Provided data:
------------------------------------------------------------

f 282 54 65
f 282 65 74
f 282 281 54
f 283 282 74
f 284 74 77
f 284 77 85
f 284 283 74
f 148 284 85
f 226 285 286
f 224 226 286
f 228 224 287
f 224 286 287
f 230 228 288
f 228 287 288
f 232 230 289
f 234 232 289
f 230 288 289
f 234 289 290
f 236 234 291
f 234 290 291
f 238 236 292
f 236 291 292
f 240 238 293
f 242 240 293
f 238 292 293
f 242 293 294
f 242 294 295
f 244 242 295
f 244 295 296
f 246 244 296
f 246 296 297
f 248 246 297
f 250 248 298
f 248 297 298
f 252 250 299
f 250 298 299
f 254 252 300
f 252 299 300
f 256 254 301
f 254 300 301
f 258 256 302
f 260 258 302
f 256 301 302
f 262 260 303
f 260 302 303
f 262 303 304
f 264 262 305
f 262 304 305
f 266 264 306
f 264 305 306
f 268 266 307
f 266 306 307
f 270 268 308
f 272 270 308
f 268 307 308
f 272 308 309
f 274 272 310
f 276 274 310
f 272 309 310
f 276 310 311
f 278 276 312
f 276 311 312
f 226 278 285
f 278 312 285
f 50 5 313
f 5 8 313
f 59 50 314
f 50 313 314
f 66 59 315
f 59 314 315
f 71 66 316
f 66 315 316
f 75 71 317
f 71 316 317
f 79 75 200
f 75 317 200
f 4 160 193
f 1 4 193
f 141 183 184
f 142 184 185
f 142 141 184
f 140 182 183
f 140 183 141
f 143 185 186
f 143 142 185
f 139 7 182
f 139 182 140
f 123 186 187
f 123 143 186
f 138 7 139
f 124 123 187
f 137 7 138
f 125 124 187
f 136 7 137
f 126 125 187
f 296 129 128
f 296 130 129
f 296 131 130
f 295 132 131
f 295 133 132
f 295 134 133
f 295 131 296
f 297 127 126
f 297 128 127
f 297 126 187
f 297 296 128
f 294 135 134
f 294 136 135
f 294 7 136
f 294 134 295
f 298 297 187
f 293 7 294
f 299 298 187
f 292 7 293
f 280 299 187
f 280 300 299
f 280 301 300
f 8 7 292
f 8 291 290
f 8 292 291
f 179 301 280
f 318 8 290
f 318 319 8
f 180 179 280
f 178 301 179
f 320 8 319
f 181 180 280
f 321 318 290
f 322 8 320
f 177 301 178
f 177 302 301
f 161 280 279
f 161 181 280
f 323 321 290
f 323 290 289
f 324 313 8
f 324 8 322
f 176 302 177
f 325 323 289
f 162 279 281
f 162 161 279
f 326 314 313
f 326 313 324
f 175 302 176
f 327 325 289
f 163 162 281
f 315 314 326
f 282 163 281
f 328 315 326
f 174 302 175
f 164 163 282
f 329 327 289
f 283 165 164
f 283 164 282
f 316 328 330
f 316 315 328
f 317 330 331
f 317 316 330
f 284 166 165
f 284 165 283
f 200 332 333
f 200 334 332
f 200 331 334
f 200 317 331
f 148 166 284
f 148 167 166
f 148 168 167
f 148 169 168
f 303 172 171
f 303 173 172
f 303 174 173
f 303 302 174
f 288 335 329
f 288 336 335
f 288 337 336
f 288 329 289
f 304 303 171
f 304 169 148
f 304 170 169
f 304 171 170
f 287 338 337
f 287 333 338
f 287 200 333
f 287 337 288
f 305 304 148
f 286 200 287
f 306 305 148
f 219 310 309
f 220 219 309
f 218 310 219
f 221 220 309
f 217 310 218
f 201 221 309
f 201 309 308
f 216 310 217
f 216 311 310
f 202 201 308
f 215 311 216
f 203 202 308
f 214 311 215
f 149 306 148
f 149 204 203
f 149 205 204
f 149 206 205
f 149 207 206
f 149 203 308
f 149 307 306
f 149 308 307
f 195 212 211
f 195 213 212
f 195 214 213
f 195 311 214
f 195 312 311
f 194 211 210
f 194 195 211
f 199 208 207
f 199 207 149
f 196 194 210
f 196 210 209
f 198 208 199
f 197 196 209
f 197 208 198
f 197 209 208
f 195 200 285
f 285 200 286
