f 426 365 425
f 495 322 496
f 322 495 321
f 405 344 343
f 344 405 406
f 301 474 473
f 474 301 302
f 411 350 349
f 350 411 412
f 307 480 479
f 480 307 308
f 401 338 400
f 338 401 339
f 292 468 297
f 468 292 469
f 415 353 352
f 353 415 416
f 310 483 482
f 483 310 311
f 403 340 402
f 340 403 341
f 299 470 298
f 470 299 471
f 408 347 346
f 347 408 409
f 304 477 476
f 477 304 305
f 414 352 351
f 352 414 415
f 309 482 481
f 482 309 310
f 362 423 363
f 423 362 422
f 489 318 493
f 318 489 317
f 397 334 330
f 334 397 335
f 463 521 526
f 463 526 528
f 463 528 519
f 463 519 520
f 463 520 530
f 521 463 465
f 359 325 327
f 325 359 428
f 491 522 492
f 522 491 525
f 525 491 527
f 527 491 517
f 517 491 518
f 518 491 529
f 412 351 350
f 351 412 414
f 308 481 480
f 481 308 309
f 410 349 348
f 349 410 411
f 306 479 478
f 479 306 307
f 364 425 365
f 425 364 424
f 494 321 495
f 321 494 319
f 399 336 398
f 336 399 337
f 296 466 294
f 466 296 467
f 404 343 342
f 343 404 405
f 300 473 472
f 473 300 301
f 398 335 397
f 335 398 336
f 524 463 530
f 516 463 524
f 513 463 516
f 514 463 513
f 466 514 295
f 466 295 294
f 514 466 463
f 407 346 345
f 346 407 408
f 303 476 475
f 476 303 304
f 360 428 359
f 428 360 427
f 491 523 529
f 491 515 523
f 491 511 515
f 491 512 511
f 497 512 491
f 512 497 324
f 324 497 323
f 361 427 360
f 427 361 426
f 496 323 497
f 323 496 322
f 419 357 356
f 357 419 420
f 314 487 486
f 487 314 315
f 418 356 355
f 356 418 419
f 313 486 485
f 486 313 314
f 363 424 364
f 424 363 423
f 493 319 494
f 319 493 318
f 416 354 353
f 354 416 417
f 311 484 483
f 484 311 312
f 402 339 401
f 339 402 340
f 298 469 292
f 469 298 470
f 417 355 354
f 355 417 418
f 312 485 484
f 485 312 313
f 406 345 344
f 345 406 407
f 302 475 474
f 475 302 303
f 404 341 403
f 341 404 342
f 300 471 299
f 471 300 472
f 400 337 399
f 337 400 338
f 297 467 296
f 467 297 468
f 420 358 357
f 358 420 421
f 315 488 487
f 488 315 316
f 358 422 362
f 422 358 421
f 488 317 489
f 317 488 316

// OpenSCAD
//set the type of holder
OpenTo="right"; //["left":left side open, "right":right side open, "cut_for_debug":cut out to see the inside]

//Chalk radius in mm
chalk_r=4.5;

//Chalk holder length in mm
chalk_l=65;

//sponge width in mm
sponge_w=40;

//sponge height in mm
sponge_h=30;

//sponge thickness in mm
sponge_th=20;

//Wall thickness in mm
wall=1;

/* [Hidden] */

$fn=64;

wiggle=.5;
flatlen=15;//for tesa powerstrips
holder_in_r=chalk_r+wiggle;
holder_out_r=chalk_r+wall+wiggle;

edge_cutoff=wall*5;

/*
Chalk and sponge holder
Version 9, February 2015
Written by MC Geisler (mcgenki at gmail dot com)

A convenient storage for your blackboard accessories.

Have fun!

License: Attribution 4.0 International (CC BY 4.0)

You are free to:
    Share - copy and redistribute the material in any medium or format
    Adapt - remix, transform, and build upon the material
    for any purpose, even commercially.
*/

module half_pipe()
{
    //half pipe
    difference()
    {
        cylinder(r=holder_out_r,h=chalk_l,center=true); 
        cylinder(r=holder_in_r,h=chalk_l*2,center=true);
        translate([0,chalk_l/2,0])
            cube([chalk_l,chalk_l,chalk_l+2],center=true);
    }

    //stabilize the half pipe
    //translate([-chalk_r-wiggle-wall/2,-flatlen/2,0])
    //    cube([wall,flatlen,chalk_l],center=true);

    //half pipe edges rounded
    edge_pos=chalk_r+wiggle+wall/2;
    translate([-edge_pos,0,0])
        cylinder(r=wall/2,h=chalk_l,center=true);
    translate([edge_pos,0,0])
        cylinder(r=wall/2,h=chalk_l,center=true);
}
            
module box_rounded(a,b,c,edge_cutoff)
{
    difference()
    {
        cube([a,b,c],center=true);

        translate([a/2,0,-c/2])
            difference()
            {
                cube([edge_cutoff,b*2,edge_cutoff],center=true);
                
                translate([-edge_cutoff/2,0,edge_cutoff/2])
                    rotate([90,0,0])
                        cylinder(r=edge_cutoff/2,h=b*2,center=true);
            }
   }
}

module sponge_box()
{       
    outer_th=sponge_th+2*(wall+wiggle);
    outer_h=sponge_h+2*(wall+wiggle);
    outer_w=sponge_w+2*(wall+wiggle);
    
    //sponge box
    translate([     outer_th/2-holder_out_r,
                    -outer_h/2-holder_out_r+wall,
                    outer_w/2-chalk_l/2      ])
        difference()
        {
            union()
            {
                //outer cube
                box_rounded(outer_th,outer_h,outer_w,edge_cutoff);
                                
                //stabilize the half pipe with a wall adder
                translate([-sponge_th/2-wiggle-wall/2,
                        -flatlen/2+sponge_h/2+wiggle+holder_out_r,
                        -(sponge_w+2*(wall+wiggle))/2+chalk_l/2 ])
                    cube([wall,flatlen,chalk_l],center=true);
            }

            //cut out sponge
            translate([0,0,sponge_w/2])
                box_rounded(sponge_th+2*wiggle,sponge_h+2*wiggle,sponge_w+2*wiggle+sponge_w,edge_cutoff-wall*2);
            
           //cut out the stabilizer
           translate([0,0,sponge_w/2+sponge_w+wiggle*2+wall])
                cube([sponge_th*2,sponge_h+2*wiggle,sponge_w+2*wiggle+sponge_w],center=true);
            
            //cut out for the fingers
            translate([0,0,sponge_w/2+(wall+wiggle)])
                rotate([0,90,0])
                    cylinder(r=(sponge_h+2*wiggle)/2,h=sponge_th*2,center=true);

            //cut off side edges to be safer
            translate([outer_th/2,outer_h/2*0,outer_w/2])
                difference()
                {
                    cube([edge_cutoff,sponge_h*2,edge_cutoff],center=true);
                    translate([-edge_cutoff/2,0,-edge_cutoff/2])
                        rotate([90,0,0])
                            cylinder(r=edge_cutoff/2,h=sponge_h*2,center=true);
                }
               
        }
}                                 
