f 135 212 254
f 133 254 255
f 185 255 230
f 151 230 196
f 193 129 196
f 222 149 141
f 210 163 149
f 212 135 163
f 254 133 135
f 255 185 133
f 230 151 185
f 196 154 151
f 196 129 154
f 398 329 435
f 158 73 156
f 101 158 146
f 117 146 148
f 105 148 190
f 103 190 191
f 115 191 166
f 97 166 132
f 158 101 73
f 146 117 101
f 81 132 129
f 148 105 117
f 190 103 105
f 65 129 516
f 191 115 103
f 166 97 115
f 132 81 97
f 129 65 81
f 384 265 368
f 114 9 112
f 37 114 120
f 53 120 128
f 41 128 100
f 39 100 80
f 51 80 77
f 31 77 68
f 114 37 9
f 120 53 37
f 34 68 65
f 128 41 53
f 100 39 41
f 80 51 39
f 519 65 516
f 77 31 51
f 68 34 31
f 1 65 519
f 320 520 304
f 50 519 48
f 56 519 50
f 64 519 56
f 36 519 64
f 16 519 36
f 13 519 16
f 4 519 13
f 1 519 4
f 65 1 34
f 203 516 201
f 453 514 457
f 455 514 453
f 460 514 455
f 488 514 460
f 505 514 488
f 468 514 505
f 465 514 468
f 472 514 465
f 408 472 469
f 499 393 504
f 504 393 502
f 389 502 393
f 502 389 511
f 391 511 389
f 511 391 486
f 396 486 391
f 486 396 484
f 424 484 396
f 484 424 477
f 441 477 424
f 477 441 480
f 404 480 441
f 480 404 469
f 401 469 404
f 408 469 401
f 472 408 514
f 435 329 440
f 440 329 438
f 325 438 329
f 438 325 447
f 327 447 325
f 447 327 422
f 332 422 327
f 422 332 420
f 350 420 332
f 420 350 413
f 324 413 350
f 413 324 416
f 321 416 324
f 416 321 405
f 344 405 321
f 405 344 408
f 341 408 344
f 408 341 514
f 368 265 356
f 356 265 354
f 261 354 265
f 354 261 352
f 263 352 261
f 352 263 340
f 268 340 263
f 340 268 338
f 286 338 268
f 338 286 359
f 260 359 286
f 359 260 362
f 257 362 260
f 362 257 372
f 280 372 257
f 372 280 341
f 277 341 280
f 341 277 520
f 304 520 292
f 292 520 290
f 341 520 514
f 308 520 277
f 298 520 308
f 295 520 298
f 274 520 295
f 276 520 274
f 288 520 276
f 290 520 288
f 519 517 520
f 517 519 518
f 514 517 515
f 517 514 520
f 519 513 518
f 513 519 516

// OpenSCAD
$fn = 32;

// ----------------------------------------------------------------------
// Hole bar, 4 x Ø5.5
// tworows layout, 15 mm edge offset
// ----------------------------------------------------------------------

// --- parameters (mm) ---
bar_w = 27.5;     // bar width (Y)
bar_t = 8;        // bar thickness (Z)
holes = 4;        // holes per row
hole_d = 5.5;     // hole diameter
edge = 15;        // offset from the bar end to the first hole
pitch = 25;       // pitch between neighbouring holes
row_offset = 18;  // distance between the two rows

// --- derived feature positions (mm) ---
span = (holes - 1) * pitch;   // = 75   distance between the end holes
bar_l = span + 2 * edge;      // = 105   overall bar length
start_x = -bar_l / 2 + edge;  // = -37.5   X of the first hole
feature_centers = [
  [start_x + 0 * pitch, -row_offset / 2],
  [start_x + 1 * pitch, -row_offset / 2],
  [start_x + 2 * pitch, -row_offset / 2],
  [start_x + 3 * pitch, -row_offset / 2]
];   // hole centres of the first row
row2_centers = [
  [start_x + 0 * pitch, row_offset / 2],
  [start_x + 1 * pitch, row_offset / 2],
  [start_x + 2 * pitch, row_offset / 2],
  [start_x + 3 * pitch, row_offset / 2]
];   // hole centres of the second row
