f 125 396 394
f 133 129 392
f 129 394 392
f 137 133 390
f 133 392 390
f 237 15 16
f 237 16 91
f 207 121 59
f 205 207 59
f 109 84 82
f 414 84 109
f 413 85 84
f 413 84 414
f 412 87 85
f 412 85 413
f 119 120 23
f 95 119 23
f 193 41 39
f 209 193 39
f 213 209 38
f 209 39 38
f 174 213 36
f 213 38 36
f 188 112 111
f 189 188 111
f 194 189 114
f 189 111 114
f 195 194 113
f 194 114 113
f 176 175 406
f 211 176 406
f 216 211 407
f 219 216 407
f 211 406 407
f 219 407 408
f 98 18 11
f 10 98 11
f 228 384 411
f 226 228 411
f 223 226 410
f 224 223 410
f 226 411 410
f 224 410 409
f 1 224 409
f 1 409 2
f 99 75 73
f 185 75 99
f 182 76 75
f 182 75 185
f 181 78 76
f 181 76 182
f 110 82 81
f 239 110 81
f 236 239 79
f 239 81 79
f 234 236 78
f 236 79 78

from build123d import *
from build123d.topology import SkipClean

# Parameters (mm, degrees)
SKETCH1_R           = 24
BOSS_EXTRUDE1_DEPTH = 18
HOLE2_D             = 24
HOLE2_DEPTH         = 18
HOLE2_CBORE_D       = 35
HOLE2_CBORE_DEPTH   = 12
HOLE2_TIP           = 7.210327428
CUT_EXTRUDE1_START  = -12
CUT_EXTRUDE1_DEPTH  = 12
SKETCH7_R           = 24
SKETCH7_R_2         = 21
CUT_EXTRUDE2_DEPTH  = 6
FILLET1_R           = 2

------------------------------------------------------------

All that is wanted is the set of lines from the one with "f 95 119 23" through the last line of the entries, both included, output exactly.

Written reply:
f 95 119 23
f 193 41 39
f 209 193 39
f 213 209 38
f 209 39 38
f 174 213 36
f 213 38 36
f 188 112 111
f 189 188 111
f 194 189 114
f 189 111 114
f 195 194 113
f 194 114 113
f 176 175 406
f 211 176 406
f 216 211 407
f 219 216 407
f 211 406 407
f 219 407 408
f 98 18 11
f 10 98 11
f 228 384 411
f 226 228 411
f 223 226 410
f 224 223 410
f 226 411 410
f 224 410 409
f 1 224 409
f 1 409 2
f 99 75 73
f 185 75 99
f 182 76 75
f 182 75 185
f 181 78 76
f 181 76 182
f 110 82 81
f 239 110 81
f 236 239 79
f 239 81 79
f 234 236 78
f 236 79 78

from build123d import *
from build123d.topology import SkipClean

# Parameters (mm, degrees)
SKETCH1_R           = 24
BOSS_EXTRUDE1_DEPTH = 18
HOLE2_D             = 24
HOLE2_DEPTH         = 18
HOLE2_CBORE_D       = 35
HOLE2_CBORE_DEPTH   = 12
HOLE2_TIP           = 7.210327428
CUT_EXTRUDE1_START  = -12
CUT_EXTRUDE1_DEPTH  = 12
SKETCH7_R           = 24
SKETCH7_R_2         = 21
CUT_EXTRUDE2_DEPTH  = 6
FILLET1_R           = 2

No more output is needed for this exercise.